## [Dataset entries]
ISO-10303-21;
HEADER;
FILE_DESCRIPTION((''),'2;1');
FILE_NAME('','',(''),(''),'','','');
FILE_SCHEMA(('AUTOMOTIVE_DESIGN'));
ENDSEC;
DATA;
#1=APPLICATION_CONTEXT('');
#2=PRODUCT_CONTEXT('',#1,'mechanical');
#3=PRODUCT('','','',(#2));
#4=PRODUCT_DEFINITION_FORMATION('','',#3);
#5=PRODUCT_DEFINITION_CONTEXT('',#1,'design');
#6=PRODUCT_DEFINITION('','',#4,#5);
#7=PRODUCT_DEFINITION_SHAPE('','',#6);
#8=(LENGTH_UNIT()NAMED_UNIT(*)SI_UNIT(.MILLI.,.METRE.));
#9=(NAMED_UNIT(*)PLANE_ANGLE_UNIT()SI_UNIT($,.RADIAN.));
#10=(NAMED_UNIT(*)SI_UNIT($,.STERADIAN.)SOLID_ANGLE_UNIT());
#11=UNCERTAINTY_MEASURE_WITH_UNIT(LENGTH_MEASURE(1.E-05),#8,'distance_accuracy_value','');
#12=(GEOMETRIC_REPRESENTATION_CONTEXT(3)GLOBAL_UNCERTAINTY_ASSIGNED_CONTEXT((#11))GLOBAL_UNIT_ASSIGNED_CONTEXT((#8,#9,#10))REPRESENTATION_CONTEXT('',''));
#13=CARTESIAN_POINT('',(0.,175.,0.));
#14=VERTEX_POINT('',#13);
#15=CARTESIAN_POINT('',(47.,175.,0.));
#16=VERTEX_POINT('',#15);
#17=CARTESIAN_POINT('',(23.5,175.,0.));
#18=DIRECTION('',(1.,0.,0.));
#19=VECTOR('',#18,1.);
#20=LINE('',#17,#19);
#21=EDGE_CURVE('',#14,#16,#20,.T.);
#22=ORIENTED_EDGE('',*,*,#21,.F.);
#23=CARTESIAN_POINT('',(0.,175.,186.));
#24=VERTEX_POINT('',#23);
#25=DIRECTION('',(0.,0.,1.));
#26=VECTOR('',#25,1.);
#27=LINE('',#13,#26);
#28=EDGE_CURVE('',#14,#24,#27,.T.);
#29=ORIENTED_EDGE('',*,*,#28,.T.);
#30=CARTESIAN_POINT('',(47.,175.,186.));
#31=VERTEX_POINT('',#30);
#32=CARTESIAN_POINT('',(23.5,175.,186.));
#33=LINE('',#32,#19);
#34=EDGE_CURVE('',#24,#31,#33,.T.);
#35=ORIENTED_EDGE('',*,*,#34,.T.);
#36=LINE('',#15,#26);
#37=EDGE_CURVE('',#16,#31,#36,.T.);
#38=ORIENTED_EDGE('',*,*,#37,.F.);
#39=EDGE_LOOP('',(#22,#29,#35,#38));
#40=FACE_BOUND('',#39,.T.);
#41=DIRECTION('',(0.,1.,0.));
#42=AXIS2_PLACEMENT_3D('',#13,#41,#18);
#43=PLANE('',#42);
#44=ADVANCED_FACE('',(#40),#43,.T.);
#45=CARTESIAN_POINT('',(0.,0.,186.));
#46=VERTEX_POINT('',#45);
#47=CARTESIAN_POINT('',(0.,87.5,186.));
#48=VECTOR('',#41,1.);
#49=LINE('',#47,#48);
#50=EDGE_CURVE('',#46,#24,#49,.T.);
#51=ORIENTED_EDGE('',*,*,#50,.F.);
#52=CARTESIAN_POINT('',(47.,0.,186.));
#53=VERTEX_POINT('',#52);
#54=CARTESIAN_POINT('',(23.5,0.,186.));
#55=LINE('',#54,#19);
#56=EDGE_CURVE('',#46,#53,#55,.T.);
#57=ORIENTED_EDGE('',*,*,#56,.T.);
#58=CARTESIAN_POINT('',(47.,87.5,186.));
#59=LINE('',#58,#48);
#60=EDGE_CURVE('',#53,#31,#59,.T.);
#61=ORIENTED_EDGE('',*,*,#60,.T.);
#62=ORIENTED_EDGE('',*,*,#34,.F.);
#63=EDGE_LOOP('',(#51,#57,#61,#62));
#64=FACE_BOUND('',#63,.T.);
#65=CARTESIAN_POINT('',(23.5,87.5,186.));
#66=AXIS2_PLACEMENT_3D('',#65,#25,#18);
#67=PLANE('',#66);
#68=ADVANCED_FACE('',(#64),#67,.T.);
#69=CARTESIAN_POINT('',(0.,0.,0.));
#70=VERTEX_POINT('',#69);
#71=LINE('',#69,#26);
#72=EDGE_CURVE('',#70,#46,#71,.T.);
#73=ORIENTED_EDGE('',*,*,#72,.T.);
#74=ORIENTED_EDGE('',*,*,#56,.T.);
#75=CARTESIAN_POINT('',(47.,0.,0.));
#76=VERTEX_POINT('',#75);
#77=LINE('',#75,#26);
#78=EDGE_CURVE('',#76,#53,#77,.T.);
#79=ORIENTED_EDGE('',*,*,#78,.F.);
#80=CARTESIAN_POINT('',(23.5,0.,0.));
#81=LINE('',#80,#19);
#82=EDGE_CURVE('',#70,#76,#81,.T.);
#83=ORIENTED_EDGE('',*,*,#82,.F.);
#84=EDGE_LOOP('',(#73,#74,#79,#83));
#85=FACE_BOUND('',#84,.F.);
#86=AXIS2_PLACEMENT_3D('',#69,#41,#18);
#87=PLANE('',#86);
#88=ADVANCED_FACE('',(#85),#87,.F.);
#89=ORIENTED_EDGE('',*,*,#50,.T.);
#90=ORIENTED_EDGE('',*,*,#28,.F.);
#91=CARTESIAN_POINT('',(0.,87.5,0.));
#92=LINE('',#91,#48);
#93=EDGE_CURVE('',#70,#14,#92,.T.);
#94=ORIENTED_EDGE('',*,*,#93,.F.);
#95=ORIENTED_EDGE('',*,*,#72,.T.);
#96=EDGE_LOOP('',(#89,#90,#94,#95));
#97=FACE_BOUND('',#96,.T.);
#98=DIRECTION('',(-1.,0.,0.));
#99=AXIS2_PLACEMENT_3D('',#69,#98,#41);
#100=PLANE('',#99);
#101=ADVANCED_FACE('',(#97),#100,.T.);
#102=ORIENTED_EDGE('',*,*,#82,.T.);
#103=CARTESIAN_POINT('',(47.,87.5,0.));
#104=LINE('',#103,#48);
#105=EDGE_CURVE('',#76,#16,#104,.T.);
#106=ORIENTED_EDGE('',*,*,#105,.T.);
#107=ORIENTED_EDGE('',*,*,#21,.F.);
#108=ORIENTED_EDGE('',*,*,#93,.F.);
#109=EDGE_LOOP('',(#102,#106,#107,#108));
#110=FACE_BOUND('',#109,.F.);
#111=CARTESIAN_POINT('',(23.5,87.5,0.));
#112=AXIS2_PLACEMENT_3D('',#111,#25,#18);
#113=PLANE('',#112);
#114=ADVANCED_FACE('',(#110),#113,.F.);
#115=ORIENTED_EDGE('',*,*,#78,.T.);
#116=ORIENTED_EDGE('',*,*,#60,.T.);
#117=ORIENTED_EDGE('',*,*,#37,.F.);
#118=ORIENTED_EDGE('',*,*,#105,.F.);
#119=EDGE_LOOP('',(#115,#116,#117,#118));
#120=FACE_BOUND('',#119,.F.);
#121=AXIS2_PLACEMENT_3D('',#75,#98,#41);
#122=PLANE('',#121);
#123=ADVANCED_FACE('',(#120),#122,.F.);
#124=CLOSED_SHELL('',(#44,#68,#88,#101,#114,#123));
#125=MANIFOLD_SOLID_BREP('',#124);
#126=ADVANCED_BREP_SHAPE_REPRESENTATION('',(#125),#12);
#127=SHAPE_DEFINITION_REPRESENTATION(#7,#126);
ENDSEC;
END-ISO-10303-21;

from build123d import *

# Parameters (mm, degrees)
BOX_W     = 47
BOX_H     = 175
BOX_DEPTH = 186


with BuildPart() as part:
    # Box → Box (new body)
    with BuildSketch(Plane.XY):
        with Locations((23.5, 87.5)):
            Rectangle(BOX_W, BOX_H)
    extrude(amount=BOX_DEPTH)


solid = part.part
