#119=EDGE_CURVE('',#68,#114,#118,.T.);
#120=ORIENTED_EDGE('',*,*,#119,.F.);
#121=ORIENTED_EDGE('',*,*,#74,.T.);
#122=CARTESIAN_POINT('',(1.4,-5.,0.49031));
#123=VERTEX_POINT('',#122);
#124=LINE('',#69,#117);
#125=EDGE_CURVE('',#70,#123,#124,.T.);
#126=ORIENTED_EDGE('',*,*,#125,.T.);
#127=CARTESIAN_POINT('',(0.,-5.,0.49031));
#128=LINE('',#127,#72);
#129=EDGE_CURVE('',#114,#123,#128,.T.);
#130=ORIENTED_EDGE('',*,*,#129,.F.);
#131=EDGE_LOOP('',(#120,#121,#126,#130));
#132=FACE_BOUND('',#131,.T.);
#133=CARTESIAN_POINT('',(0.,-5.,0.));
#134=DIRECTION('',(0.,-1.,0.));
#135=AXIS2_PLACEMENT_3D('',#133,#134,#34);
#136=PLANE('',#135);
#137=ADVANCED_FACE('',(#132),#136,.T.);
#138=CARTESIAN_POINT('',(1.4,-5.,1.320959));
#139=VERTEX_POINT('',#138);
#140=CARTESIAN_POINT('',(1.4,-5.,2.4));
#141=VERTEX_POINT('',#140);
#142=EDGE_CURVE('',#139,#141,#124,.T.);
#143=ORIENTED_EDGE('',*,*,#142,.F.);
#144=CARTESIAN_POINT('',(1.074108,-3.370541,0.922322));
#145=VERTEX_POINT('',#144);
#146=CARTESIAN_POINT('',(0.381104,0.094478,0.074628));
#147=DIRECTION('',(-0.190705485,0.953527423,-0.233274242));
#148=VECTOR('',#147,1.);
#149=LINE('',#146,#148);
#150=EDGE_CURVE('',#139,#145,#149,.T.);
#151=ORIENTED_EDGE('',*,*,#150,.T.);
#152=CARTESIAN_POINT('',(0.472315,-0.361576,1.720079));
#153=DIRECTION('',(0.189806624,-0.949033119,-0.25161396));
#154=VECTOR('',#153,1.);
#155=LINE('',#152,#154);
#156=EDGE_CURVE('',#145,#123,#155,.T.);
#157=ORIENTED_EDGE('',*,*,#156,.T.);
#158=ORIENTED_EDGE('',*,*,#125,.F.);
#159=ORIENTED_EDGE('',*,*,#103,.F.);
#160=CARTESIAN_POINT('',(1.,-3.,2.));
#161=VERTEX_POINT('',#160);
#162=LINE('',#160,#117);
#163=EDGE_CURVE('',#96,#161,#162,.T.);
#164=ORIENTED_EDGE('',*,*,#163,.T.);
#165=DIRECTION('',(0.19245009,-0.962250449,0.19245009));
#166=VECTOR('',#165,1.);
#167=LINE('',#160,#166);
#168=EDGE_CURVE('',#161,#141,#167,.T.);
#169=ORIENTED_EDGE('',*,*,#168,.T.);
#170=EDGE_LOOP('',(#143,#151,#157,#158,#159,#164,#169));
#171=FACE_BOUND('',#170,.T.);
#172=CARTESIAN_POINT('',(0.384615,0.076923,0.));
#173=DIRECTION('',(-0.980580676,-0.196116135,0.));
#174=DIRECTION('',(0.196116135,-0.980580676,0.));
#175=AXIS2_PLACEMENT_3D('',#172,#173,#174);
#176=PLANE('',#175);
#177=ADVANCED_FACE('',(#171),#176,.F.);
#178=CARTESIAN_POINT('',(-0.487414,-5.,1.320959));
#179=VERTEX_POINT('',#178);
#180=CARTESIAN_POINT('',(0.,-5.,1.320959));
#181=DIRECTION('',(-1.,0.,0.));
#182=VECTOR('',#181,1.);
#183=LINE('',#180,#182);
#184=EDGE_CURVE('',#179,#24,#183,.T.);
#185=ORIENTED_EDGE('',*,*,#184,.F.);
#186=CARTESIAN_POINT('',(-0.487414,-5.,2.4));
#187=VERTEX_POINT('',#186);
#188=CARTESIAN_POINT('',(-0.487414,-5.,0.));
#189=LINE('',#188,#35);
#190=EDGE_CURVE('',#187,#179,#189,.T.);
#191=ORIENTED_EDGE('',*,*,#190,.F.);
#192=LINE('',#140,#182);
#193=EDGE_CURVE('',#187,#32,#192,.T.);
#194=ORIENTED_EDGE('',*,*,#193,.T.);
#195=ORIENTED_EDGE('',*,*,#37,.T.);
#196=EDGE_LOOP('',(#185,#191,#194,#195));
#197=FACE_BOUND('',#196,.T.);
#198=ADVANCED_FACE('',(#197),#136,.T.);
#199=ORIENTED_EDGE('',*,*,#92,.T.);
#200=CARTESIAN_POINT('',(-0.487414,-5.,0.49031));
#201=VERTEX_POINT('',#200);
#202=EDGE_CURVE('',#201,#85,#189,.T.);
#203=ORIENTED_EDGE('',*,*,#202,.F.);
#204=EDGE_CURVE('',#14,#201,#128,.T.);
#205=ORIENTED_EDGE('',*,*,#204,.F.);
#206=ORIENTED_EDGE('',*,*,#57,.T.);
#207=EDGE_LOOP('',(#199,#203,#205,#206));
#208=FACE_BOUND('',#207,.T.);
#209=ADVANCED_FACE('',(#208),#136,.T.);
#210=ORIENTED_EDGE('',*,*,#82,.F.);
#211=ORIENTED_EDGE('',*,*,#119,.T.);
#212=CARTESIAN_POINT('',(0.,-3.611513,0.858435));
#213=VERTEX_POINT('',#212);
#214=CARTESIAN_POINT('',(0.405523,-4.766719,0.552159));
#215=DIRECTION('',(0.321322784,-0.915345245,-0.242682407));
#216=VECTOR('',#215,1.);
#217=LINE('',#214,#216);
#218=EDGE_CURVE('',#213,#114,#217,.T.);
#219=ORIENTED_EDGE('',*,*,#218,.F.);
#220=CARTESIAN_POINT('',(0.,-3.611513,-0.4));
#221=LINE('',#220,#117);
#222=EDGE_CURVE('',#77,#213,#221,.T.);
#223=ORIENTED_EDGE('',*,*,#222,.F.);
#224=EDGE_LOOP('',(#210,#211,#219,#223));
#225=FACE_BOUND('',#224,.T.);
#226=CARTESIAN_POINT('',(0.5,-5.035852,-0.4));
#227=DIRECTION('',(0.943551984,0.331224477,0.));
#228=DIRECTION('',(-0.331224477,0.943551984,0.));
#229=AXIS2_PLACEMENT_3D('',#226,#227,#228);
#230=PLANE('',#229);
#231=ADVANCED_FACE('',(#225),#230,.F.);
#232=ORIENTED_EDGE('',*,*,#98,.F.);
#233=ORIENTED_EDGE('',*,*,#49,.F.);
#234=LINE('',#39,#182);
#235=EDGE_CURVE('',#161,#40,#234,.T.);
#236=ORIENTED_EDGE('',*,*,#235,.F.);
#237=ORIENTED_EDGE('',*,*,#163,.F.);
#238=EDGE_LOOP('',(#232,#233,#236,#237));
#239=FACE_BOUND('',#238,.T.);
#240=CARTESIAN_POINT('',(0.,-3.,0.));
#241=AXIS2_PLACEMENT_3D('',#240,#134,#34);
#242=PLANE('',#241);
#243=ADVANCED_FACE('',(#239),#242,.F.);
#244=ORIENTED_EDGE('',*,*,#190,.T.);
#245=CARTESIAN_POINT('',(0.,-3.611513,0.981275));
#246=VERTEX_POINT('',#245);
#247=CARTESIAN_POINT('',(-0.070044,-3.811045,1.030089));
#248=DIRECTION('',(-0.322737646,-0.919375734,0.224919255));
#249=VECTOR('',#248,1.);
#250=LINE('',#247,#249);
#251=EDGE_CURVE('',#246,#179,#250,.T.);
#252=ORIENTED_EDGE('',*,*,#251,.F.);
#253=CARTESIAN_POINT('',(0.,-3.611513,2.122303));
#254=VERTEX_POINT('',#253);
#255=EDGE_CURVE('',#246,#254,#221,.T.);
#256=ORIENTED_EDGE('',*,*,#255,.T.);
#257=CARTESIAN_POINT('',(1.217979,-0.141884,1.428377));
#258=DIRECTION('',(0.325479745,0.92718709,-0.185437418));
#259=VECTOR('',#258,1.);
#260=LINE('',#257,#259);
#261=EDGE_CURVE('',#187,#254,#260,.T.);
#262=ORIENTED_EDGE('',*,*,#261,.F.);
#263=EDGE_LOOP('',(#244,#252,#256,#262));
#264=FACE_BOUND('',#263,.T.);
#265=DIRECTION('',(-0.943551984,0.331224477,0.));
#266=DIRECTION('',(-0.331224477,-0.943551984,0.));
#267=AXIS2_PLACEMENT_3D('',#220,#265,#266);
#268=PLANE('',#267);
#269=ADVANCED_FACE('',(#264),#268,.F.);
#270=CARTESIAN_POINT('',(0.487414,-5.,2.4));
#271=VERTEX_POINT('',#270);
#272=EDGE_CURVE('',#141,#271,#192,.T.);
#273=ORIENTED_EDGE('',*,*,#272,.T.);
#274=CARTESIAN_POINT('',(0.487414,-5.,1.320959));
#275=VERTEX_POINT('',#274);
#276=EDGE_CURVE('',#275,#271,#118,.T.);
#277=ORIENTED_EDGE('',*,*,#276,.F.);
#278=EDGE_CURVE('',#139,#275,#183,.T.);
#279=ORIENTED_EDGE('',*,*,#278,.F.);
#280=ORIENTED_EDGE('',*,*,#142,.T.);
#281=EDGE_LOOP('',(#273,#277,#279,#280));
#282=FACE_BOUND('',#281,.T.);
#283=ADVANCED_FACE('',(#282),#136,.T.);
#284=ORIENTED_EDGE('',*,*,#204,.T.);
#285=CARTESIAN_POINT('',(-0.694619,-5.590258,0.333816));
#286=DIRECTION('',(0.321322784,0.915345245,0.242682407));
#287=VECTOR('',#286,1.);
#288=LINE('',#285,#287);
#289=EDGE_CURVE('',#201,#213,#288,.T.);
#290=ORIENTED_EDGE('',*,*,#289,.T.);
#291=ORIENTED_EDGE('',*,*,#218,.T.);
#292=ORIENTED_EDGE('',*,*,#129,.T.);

## [How to complete this task]
Your answer should be the exact lines above from the one with "#62=ORIENTED_EDGE('',*,*,#34,.F.);" through the one with "#80=CARTESIAN_POINT('',(23.5,0.,0.));", both included, and nothing besides.

## [Reply]
#62=ORIENTED_EDGE('',*,*,#34,.F.);
#63=EDGE_LOOP('',(#51,#57,#61,#62));
#64=FACE_BOUND('',#63,.T.);
#65=CARTESIAN_POINT('',(23.5,87.5,186.));
#66=AXIS2_PLACEMENT_3D('',#65,#25,#18);
#67=PLANE('',#66);
#68=ADVANCED_FACE('',(#64),#67,.T.);
#69=CARTESIAN_POINT('',(0.,0.,0.));
#70=VERTEX_POINT('',#69);
#71=LINE('',#69,#26);
#72=EDGE_CURVE('',#70,#46,#71,.T.);
#73=ORIENTED_EDGE('',*,*,#72,.T.);
#74=ORIENTED_EDGE('',*,*,#56,.T.);
#75=CARTESIAN_POINT('',(47.,0.,0.));
#76=VERTEX_POINT('',#75);
#77=LINE('',#75,#26);
#78=EDGE_CURVE('',#76,#53,#77,.T.);
#79=ORIENTED_EDGE('',*,*,#78,.F.);
#80=CARTESIAN_POINT('',(23.5,0.,0.));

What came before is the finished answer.